Because the sheriff failed to meet his burden of proof, we need not consider whether Novero was required to show evidence of bad faith.

*7144. Policy-making position. The sheriff argues in the alternative that he was entitled to discharge Novero and select an individual of his choice because the position was a high level policy-making position whose occupant could be discharged at the will of the sheriff. His reliance on cases that recognize political loyalty and affiliation as appropriate job requirements is misplaced. See, e.g., O’Connor v. Steeves, 994 F.2d 905, 909 (1st Cir. 1993), and cases cited. Unlike the employees in those cases, Novero is not an at-will employee. Novero is a tenured county employee who may only be discharged for just cause under G. L. c. 35, § 51, and the sheriff proceeded under that statute.
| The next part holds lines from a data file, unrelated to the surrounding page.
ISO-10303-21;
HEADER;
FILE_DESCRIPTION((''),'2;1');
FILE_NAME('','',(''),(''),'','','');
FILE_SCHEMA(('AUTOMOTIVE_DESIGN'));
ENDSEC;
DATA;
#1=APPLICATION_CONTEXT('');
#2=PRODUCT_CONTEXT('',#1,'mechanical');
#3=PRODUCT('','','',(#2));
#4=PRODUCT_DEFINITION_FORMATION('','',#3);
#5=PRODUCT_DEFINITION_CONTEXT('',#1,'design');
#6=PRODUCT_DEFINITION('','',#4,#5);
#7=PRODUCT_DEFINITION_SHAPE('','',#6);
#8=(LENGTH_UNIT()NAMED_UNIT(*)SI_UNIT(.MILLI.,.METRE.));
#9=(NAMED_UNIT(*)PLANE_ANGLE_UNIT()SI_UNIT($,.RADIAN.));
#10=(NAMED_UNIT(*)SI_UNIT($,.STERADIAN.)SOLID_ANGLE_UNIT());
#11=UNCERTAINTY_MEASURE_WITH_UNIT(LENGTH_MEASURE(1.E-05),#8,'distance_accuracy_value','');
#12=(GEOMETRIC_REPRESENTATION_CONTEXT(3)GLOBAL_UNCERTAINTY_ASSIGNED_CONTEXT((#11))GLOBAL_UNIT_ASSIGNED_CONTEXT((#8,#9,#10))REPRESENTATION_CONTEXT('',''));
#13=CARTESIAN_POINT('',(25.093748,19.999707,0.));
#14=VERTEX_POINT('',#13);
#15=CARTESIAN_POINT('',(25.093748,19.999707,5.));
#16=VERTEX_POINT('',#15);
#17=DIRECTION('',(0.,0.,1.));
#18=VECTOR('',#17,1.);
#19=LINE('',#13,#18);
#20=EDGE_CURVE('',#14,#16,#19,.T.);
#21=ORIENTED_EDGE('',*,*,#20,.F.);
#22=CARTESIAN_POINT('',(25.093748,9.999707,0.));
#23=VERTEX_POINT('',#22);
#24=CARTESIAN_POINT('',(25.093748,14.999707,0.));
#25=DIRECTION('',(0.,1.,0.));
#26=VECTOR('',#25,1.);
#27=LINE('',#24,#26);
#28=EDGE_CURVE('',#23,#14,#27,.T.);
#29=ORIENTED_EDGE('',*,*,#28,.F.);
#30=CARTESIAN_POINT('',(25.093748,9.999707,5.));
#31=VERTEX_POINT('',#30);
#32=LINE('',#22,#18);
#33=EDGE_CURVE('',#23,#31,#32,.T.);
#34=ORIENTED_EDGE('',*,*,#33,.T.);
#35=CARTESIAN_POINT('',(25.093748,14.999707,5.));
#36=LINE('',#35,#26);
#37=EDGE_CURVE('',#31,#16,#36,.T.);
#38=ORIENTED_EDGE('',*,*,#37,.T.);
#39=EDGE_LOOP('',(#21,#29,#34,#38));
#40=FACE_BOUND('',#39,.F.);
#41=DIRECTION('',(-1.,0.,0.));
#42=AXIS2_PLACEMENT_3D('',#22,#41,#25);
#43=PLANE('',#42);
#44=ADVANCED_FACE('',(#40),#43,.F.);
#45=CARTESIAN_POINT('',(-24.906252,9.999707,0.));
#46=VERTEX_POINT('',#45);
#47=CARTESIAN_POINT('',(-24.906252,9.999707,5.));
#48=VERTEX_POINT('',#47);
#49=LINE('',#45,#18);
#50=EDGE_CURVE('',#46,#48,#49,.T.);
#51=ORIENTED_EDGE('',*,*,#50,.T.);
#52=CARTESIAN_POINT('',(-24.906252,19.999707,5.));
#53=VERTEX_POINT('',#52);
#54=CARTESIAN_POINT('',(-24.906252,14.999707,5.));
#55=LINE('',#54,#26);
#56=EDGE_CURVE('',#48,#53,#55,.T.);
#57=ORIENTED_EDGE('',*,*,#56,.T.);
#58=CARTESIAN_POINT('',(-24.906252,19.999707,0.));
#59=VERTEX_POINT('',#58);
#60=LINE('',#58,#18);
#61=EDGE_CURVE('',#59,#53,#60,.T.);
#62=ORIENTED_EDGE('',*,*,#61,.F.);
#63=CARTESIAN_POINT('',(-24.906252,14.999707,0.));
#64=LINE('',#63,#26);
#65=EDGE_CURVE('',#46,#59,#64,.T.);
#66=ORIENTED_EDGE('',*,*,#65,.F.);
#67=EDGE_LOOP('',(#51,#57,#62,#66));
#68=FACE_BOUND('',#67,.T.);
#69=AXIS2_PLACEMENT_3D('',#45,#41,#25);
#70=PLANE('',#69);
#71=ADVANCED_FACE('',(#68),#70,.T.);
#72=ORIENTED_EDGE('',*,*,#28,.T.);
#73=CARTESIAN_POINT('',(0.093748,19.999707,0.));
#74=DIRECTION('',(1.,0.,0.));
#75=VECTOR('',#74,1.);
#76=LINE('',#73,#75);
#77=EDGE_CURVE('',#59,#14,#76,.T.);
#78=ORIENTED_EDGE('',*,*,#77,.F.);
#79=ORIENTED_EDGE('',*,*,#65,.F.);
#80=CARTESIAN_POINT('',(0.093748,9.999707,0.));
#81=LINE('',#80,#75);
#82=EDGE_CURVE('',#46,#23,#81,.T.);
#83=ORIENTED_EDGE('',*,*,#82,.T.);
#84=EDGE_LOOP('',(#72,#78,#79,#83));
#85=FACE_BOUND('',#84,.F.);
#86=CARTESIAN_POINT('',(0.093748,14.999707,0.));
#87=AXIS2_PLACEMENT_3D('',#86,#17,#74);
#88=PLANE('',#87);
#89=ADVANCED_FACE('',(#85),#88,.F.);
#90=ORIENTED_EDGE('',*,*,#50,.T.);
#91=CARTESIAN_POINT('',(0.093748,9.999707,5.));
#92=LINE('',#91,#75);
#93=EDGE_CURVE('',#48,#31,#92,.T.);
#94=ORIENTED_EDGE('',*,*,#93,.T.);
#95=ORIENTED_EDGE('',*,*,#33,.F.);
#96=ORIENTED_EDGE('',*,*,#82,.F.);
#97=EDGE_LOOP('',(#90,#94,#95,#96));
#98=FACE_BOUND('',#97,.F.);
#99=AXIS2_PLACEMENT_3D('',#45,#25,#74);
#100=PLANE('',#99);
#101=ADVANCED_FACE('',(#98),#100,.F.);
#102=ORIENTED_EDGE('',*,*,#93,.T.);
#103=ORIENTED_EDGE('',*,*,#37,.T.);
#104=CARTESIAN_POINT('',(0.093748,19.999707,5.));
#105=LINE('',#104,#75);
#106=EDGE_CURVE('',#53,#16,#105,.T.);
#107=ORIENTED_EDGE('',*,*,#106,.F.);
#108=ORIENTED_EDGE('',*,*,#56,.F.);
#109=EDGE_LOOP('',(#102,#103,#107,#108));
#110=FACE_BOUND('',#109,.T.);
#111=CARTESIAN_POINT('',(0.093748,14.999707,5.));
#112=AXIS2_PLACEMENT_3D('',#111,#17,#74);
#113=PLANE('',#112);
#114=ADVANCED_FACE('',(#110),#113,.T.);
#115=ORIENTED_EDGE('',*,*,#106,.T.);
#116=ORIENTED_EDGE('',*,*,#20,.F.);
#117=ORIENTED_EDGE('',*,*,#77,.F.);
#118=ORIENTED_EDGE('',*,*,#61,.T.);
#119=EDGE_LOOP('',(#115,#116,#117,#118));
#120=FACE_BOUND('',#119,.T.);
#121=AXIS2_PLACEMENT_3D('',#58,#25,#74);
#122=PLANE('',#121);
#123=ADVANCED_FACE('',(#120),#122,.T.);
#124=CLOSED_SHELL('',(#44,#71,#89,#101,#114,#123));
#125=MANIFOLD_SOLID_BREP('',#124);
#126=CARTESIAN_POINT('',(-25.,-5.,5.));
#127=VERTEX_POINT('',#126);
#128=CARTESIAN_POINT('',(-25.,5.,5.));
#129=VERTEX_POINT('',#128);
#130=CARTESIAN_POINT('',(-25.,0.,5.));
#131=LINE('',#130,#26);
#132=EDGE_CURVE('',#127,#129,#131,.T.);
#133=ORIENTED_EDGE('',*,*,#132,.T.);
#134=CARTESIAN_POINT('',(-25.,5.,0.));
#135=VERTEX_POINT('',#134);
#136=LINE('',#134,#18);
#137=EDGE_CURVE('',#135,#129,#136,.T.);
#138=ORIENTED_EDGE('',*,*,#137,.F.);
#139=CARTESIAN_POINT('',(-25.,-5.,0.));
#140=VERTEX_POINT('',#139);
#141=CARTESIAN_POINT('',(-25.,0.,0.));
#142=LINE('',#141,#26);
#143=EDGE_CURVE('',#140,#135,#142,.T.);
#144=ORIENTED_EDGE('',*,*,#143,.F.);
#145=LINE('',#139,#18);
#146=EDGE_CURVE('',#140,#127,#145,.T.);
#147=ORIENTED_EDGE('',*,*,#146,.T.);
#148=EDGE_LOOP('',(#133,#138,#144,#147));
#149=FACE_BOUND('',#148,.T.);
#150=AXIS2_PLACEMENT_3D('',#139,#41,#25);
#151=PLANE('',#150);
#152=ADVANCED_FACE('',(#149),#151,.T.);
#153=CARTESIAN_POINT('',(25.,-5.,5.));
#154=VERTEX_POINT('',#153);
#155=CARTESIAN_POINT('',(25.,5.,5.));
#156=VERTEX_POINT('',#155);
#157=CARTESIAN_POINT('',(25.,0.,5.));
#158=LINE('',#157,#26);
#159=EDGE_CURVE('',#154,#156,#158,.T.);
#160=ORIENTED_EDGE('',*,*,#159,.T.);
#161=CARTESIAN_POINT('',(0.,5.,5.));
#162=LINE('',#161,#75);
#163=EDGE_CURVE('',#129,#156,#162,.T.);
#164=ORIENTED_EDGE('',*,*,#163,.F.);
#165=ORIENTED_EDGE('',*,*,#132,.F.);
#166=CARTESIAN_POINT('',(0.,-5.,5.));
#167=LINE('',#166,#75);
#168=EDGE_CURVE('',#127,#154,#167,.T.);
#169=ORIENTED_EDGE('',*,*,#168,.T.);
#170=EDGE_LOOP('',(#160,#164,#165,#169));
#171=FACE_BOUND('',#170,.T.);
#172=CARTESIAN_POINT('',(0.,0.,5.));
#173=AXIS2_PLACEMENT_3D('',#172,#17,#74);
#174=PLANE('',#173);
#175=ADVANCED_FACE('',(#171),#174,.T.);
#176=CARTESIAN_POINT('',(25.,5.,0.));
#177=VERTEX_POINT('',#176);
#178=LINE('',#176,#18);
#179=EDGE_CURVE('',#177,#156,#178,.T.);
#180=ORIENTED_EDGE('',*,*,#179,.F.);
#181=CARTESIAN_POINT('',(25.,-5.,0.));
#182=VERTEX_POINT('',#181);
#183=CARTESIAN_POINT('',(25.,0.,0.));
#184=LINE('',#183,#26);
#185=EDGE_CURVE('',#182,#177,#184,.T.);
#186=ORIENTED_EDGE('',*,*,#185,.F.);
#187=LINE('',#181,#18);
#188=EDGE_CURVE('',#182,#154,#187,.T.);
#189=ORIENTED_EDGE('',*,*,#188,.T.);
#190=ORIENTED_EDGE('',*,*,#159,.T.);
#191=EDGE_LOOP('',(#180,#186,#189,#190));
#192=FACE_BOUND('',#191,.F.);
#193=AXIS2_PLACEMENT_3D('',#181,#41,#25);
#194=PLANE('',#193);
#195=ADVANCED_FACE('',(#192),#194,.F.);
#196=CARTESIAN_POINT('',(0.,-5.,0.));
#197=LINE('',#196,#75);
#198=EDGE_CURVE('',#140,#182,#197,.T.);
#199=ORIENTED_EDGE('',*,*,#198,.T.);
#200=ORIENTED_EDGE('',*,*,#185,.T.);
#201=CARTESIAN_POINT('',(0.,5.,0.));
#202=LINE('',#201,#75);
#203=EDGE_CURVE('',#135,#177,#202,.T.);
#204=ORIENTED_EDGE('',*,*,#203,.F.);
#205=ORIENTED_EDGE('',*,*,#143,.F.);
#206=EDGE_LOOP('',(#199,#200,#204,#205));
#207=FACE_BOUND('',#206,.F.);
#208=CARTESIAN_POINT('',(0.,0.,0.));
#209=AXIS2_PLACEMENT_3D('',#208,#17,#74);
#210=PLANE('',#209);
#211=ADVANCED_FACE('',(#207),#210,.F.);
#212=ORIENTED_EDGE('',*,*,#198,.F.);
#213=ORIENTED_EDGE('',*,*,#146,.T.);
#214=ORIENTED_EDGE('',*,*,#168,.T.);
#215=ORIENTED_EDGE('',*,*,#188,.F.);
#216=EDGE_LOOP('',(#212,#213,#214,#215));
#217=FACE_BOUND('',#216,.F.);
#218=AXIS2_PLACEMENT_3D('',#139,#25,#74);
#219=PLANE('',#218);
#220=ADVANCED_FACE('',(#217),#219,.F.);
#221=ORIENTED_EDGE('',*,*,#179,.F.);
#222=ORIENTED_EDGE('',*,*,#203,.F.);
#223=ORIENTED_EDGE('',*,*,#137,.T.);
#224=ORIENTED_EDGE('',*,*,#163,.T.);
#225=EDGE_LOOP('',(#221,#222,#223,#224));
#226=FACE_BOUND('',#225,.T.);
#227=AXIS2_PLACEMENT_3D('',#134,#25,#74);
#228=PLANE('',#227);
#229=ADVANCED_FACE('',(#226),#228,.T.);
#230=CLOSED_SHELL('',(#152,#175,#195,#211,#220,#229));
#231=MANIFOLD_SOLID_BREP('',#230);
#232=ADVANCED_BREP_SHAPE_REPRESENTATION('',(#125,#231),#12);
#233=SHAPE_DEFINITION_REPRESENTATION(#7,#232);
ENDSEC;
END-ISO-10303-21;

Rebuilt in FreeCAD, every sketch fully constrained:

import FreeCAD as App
import Part
import Sketcher
from FreeCAD import Vector
Q = App.Units.Quantity

doc = App.newDocument("Part")
body = doc.addObject("PartDesign::Body", "Body")
body.AllowCompound = True

# Sketch on XY plane
sketch1 = doc.addObject("Sketcher::SketchObject", "Sketch")
body.addObject(sketch1)
sketch1.AttachmentSupport = (doc.XY_Plane, [""])
sketch1.MapMode = "FlatFace"
sketch1.addGeometry([
    Part.LineSegment(Vector(-25, 5, 0), Vector(-25, -5, 0)),  # 0
    Part.LineSegment(Vector(-25, -5, 0), Vector(25, -5, 0)),  # 1
    Part.LineSegment(Vector(25, -5, 0), Vector(25, 5, 0)),  # 2
    Part.LineSegment(Vector(25, 5, 0), Vector(-25, 5, 0)),  # 3
    Part.LineSegment(Vector(-25, 20, 0), Vector(-25, 10, 0)),  # 4
    Part.LineSegment(Vector(-25, 10, 0), Vector(25, 10, 0)),  # 5
    Part.LineSegment(Vector(25, 10, 0), Vector(25, 20, 0)),  # 6
    Part.LineSegment(Vector(25, 20, 0), Vector(-25, 20, 0)),  # 7
], False)
sketch1.addConstraint([
    Sketcher.Constraint("Coincident", 0, 2, 1, 1),
    Sketcher.Constraint("Coincident", 1, 2, 2, 1),
    Sketcher.Constraint("Coincident", 2, 2, 3, 1),
    Sketcher.Constraint("Coincident", 3, 2, 0, 1),
    Sketcher.Constraint("Coincident", 4, 2, 5, 1),
    Sketcher.Constraint("Coincident", 5, 2, 6, 1),
    Sketcher.Constraint("Coincident", 6, 2, 7, 1),
    Sketcher.Constraint("Coincident", 7, 2, 4, 1),
    Sketcher.Constraint("Vertical", 0),
    Sketcher.Constraint("Horizontal", 1),
    Sketcher.Constraint("Vertical", 2),
    Sketcher.Constraint("Horizontal", 3),
    Sketcher.Constraint("Vertical", 4),
    Sketcher.Constraint("Horizontal", 5),
    Sketcher.Constraint("Vertical", 6),
    Sketcher.Constraint("Horizontal", 7),
    Sketcher.Constraint("Symmetric", 0, 2, 2, 2, -1, 1),
    Sketcher.Constraint("Equal", 3, 5),
    Sketcher.Constraint("Equal", 2, 4),
    Sketcher.Constraint("DistanceX", 1, 1, 1, 2, Q("50 mm")),
    Sketcher.Constraint("DistanceY", 0, 2, 0, 1, Q("10 mm")),
    Sketcher.Constraint("DistanceX", 4, 2, -1, 1, Q("24.906252 mm")),
    Sketcher.Constraint("DistanceY", -1, 1, 4, 2, Q("9.999707 mm")),
])
pad1 = doc.addObject("PartDesign::Pad", "Pad")
body.addObject(pad1)
pad1.Profile = sketch1
pad1.Length = 5

doc.recompute()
General Laws c. 35, § 51, gives tenure to all county employees who have completed five years of service unless otherwise exempted by the statute. Novero’s position was not exempted.

Judgment affirmed.

General Laws c. 35, § 51, states in relevant part: “Any employee subject to [§§ 48-56], inclusive, except [employees in certain enumerated positions not applicable here] . . . who has completed at least five years of service may not be discharged from such employment except for just cause and for reasons specifically given him in writing by the appointing authority. Before any such discharge is effected, the employee shall be given a full hearing before the appointing authority. . . .”

“If within five days after receiving written notice of the decision of the appointing authority, the person so discharged shall so request in writing, he shall be given a hearing before the [county personnel] board.”

The sheriff’s counsel admitted that Novero’s position and the newly created one “look alike.”

Novero challenged the sheriff’s right to seek judicial review in the nature of certiorari. We need not address this argument because the result is unaffected.

Because the sheriff did not raise this last issue on appeal it is deemed waived. See Mass. R. A. P. 16 (a) (4), as amended, 367 Mass. 921 (1975).

In his supplemental brief, the sheriff argues for the first time that Novero’s termination was the result of his job performance. This claim was not made to the board. Thus, we decline to consider the issue. See Still v. Commissioner of the Dep’t of Employment & Training, 423 Mass. 805, 808 n.3 (1996). Moreover, there is no evidence that the sheriff based Novero’s discharge on performance. When asked whether Novero was discharged for any violation of a rule, regulation, or conduct, the sheriff responded, “Not at this time.” Further, the evidence reveals that Novero had received excellent evaluations from the deputy superintendent from 1992 through 2000.